When someone submits a service request to NYC311, one of the pieces of information they provide is the location of their issue. Typically, this is an address or an intersection. If a call is placed, the operator requests the information from the caller and types it into their system. The website prompts the user to type in the information. The mobile app utilizes the phone's location services to determine the location for some requests, and the user can accept or change the provided address. For other requests the app prompts the user to type in an address. Once the location is entered into the system through any of these methods, it is input into a geocoder to extract additional locational information which is added to the data available on Open Data.
The NYC Department of Information Technology and Telecommunications (DoITT) has built multiple geocoders for NYC311 over the years. Today, different parts of NYC311 use either of these geocoders. The backbone of all geocoding processes in the city though is GeoSupport, the original tool built for and maintained by the Department of City Planning (DCP). The latest version of the tool is available for anyone to download from DCP's website. Updates are released quarterly, and the older versions are archived on BYTES of the Big Apple. There is also a User Guide for those who wish to build their own programs using GeoSupport.

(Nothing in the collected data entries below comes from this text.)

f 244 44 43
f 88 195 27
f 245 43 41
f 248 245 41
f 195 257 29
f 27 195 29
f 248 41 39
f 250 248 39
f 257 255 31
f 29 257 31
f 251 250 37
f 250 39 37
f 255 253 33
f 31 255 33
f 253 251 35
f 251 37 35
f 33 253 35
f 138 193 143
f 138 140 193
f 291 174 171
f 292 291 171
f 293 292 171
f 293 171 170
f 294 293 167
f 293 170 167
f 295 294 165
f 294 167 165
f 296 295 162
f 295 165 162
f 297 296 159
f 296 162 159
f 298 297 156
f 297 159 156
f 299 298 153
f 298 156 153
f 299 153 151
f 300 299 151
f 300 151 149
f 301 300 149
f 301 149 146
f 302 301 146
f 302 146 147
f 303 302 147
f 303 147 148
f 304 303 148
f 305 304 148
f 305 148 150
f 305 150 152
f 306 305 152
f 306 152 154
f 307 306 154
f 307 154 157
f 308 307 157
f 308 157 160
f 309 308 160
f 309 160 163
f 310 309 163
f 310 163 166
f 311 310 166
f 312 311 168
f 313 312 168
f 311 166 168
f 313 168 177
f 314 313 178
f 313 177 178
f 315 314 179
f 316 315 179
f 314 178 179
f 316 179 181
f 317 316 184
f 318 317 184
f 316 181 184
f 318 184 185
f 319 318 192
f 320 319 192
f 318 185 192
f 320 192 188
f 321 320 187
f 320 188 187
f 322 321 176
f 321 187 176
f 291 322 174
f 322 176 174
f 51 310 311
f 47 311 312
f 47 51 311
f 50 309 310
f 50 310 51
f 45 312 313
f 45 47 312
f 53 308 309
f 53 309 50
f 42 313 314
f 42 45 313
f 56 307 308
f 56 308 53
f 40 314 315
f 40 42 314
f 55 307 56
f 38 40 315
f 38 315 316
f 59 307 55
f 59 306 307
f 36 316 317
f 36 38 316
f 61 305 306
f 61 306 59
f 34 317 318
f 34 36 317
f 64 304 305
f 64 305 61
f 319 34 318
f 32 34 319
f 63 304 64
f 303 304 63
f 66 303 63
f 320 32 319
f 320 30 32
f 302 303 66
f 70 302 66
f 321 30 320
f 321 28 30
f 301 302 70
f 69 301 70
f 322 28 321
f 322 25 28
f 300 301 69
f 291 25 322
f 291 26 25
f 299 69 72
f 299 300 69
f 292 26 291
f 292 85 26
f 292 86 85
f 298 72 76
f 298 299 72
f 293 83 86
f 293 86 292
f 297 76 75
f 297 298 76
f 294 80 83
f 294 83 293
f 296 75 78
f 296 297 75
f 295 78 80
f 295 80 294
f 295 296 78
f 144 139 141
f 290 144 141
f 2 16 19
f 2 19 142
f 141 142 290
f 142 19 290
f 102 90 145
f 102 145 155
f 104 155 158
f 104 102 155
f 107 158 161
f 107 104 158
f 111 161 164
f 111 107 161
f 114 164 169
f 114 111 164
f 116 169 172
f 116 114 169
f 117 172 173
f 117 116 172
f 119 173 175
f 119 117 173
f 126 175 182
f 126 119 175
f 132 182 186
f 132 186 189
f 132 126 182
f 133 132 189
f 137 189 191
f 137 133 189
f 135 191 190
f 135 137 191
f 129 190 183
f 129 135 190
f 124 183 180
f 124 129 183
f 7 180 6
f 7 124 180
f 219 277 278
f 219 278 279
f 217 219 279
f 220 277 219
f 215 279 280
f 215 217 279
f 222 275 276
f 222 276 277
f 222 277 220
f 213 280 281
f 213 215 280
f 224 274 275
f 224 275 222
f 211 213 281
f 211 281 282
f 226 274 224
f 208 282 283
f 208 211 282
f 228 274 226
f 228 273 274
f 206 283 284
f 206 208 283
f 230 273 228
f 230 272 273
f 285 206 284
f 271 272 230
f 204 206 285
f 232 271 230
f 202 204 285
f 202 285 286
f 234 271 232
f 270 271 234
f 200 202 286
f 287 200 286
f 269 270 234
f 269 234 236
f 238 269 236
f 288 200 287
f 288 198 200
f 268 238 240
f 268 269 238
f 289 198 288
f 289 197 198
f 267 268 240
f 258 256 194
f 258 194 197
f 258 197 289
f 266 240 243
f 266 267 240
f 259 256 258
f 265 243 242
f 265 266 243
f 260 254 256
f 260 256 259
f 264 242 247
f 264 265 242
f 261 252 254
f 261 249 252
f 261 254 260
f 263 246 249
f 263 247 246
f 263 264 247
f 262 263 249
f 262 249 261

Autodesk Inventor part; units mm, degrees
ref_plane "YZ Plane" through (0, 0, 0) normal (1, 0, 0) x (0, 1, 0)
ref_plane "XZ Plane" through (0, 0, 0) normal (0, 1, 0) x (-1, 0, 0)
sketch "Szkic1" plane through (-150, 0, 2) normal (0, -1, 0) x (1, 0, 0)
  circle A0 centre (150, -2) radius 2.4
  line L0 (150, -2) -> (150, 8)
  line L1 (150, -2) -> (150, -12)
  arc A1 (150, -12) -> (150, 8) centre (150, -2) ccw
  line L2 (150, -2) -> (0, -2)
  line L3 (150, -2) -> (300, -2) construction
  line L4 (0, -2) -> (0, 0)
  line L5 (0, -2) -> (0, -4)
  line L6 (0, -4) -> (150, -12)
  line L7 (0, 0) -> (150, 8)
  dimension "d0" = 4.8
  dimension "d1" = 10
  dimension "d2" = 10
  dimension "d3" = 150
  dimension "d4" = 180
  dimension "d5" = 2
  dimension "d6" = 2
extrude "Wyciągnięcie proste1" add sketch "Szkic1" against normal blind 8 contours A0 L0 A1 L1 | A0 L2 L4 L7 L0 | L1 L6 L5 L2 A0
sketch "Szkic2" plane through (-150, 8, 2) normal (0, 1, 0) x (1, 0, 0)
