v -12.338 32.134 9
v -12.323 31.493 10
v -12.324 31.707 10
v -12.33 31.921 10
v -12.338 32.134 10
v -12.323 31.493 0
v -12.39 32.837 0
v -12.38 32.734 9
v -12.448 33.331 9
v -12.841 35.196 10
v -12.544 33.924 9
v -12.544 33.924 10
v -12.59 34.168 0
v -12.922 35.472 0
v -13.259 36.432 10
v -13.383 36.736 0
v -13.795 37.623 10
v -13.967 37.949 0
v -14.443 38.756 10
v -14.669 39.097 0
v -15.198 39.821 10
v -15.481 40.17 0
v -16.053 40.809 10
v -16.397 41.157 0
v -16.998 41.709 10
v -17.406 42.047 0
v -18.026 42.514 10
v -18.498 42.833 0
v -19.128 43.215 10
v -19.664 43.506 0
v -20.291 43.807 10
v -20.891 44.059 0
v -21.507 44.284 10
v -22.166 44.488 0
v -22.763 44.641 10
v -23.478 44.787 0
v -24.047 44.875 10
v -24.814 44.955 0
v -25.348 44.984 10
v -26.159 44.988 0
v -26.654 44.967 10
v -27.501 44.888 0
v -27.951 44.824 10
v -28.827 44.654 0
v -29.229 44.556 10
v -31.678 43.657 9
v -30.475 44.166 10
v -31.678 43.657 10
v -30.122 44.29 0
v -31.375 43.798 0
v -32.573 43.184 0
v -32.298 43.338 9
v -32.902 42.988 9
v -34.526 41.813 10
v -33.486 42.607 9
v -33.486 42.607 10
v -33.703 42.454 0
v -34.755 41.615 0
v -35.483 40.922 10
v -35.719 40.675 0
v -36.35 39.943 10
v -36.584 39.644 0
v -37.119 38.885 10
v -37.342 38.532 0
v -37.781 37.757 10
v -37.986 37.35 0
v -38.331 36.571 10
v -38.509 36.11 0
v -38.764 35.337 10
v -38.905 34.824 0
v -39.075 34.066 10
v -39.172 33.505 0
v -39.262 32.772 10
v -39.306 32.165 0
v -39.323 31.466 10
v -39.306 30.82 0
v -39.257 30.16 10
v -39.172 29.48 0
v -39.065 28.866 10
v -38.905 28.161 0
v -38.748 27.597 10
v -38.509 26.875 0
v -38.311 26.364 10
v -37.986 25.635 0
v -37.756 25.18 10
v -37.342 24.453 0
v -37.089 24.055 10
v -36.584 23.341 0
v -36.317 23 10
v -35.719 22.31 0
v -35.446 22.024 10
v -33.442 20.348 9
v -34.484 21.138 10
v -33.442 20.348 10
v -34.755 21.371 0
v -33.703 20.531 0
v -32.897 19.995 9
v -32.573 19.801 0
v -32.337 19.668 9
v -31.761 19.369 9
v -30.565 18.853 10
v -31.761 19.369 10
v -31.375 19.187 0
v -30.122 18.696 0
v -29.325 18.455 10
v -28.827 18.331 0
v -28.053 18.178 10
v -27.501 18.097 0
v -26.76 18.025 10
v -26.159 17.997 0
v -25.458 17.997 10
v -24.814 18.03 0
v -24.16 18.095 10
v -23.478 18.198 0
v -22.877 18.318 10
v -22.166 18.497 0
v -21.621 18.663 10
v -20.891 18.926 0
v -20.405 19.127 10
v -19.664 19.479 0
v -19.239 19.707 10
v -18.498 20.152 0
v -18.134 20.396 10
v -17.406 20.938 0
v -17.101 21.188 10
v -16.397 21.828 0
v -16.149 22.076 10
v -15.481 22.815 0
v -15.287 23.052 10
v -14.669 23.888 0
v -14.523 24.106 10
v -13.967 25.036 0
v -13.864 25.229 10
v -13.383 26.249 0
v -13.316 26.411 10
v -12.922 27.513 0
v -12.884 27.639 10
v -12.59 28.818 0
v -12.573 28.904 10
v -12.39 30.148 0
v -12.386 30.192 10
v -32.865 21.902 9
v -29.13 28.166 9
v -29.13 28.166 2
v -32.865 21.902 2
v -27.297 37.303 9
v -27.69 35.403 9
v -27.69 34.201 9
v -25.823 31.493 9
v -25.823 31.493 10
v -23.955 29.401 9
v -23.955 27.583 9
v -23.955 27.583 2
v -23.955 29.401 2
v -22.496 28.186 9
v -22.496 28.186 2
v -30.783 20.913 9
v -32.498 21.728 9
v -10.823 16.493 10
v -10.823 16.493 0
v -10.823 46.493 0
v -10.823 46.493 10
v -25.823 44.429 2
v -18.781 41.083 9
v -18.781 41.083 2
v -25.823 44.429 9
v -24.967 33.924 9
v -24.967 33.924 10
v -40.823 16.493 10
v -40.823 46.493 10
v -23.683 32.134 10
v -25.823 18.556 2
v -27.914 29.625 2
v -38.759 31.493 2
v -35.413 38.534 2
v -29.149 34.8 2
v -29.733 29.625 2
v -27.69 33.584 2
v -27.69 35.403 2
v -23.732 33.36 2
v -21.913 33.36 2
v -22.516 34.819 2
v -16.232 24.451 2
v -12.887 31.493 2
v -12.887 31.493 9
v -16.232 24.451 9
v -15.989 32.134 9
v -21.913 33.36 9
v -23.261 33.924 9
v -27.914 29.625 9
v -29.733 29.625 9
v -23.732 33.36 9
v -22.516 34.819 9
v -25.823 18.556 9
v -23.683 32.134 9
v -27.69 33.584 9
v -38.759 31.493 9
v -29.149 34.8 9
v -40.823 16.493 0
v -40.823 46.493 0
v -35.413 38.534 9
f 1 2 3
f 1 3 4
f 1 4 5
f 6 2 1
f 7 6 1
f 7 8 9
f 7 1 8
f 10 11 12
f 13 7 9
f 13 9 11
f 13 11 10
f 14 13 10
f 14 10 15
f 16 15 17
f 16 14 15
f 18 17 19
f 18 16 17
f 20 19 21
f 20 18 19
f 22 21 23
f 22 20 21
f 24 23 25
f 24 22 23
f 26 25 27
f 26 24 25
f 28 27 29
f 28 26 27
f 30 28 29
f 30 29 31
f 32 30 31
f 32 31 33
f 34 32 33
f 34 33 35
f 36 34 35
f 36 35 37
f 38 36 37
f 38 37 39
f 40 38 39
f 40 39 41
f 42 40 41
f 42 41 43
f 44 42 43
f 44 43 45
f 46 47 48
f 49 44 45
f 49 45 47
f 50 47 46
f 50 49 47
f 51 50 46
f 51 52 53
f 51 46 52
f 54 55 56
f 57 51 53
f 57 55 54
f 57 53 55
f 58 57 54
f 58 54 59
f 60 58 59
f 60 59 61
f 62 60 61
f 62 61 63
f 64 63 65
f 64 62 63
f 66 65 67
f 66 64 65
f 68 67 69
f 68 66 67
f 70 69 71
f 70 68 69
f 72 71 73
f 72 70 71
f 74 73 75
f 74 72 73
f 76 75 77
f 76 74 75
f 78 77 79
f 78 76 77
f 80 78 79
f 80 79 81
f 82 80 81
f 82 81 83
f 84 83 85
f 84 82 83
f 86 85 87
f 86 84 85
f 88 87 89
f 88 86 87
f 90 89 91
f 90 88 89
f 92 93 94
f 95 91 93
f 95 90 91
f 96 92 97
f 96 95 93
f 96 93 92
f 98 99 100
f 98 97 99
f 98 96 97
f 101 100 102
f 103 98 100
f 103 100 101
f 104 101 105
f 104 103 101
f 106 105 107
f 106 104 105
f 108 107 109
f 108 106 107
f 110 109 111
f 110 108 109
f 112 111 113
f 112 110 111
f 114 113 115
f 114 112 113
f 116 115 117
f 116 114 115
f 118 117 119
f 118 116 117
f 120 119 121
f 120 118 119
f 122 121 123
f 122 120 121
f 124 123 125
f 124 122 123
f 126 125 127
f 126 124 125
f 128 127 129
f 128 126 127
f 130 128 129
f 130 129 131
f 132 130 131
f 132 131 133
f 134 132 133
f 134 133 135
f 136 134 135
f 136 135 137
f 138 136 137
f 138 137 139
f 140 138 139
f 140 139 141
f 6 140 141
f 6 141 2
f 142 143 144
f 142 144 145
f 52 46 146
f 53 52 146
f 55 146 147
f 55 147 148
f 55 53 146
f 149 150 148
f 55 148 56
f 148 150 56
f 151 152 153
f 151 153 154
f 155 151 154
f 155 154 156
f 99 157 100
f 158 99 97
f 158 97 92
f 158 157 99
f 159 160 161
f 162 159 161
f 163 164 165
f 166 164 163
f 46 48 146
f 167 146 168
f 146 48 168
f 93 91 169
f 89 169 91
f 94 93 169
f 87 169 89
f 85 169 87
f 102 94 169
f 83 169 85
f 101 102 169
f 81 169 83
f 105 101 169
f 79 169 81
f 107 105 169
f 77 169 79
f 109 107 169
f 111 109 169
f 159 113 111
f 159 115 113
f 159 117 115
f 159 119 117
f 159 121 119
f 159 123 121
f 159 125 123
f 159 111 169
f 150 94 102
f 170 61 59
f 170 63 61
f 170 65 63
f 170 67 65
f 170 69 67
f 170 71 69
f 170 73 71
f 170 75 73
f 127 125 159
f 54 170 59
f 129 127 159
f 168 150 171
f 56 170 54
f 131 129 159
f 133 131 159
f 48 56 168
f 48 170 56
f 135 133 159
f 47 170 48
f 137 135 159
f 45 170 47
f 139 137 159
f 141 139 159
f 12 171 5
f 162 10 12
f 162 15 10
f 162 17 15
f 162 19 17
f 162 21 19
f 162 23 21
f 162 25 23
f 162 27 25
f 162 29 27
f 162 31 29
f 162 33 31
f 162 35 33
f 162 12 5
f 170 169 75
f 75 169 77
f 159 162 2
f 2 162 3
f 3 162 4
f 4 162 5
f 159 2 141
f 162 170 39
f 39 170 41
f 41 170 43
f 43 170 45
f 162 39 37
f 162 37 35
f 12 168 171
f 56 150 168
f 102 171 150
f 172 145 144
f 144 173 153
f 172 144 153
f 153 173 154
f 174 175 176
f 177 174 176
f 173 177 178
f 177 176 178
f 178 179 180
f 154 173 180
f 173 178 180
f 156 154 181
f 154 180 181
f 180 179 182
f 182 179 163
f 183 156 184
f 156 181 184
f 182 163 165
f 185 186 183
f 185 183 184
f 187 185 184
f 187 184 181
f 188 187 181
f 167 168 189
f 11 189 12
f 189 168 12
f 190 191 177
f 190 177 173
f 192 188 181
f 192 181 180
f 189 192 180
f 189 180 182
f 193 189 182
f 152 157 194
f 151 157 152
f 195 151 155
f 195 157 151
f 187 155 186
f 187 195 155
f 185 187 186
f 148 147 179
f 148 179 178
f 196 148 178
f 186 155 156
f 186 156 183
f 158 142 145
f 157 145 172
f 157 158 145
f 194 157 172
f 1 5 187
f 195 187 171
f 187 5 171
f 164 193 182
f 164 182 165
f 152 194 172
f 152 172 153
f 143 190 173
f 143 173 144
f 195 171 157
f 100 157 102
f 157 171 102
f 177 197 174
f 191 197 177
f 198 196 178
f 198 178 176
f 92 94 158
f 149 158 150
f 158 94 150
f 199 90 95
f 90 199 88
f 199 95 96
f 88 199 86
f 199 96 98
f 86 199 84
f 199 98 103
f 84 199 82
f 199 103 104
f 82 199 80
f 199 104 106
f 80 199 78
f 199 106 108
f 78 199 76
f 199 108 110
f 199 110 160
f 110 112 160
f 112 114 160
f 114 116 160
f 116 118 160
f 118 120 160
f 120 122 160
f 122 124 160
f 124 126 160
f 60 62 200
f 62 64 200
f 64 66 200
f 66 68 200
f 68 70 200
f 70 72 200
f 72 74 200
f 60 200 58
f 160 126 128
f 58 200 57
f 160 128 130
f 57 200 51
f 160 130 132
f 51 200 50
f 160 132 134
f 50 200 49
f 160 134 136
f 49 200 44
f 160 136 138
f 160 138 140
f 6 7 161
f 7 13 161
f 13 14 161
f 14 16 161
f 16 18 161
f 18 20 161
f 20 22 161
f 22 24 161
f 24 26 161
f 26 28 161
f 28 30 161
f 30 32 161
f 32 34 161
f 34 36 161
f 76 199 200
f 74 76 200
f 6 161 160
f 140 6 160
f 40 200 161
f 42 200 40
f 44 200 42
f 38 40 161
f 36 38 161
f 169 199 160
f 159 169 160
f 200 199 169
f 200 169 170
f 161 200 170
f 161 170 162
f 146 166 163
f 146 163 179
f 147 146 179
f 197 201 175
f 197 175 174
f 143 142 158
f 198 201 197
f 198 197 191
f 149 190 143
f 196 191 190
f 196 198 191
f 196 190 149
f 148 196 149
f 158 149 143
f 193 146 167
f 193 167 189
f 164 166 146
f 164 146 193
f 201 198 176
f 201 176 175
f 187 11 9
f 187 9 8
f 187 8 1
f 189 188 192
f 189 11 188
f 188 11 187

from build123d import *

# Parameters (mm, degrees)
SKETCH_1_W      = 30
SKETCH_1_H      = 30
SKETCH_1_R      = 13.5
EXTRUDE_1_DEPTH = 10
EXTRUDE_2_DEPTH = 1
EXTRUDE_3_DEPTH = 7


with BuildPart() as part:
    # 草图1 → 凸台-拉伸1 (new body)
    with BuildSketch(Plane.XY):
        with Locations((-25.822727996, 31.492551329)):
            Rectangle(SKETCH_1_W, SKETCH_1_H)
        with Locations((-25.822727996, 31.492551329)):
            Circle(SKETCH_1_R, mode=Mode.SUBTRACT)
    extrude(amount=EXTRUDE_1_DEPTH)

    # 草图2 → 凸台-拉伸2 (add)
    with BuildSketch(Plane.XY.offset(10)):
        Polygon((-32.397789449, 44.701032769), (-24.966802837, 33.924156896), (-11.116377527, 33.924156896), (-11.116377527, 32.134495199), (-23.682915097, 32.134495199), (-32.397789449, 18.361881267), (-34.074436385, 19.422810401), (-25.822727996, 31.492551329), (-34.373088606, 43.892812528), (-32.550272533, 45.149700145), align=None)
    extrude(amount=-EXTRUDE_2_DEPTH)

    # 草图3 → 凸台-拉伸3 (add)
    with BuildSketch(Plane(origin=(0, 0, 9), x_dir=(-1, 0, 0), z_dir=(0, 0, -1))):
        Polygon((22.515744425, 34.818987745), (18.780798274, 41.082803685), (25.822727996, 44.428692946), (27.690201072, 35.402573081), (27.690201072, 33.583732117), (29.149164412, 34.7995349), (35.412980353, 38.534481051), (38.758869613, 31.492551329), (29.732749748, 29.625078253), (27.913908784, 29.625078253), (29.129711567, 28.166114913), (32.864657718, 21.902298973), (25.822727996, 18.556409712), (23.955254921, 27.582529577), (23.955254921, 29.401370541), (22.49629158, 28.185567758), (16.23247564, 24.450621607), (12.886586379, 31.492551329), (21.912706244, 33.360024404), (23.731547209, 33.360024404), align=None)
    extrude(amount=EXTRUDE_3_DEPTH)


solid = part.part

GeoSupport provides multiple geocoding functions. A user has the ability to input an address, an intersection, cross streets, a Borough-Block-Lot (BBL) code, or a Building Identification Number (BIN), and get numerous data back as output. While geocoding refers to the process of transforming a location description such as an address into a coordinate, GeoSupport provides information beyond the coordinate. Each of the possible inputs for GeoSupport is also part of any of the outputs, as are location attributes such as community district, school district, census tract, and more. Note that while GeoSupport can provide school district and census tract information, these particular outputs are not included in the data set available for download on Open Data. They are are available however in the augmented data set we provide with our tool.
One-stop Shop geocoding
About 10% of the service requests do not have coordinate information. This could be because a location was not provided by the person submitting the request, or it may be because as with all things, geocoding is not foolproof. Information has to be input accurately, and even when checks are put in place to allow for discrepancies (for example, GeoSupport accepts both "Street" and "St"), there is a limit to how many are acceptable. Furthermore, geographic data changes, which can also create errors.
Of all of the requests without a specified coordinate value, nearly 503,000 (about a third) do have a value for the BBL. Using GeoSupport's BBL function, we were able to geocode all but 2,600 of these. The resulting coordinate is the centroid of the BBL. We were then able to use this coordinate to assign the service request additional spatial values.
Of the requests which have neither a coordinate nor a BBL, almost 150,000 have an address and two cross streets specified. Many of these rows however have values which are clearly invalid. For example, many rows have just a single digit or letter in the second cross street column. Nonetheless, we attempted to geocode what we could using GeoSupport's Function 3. This function takes as its input a segment of a street, that is an "on street" and the two consecutive streets which cross it. We were unable to geocode any of these values using GeoSupport, but are continuing to explore other geocoding methods.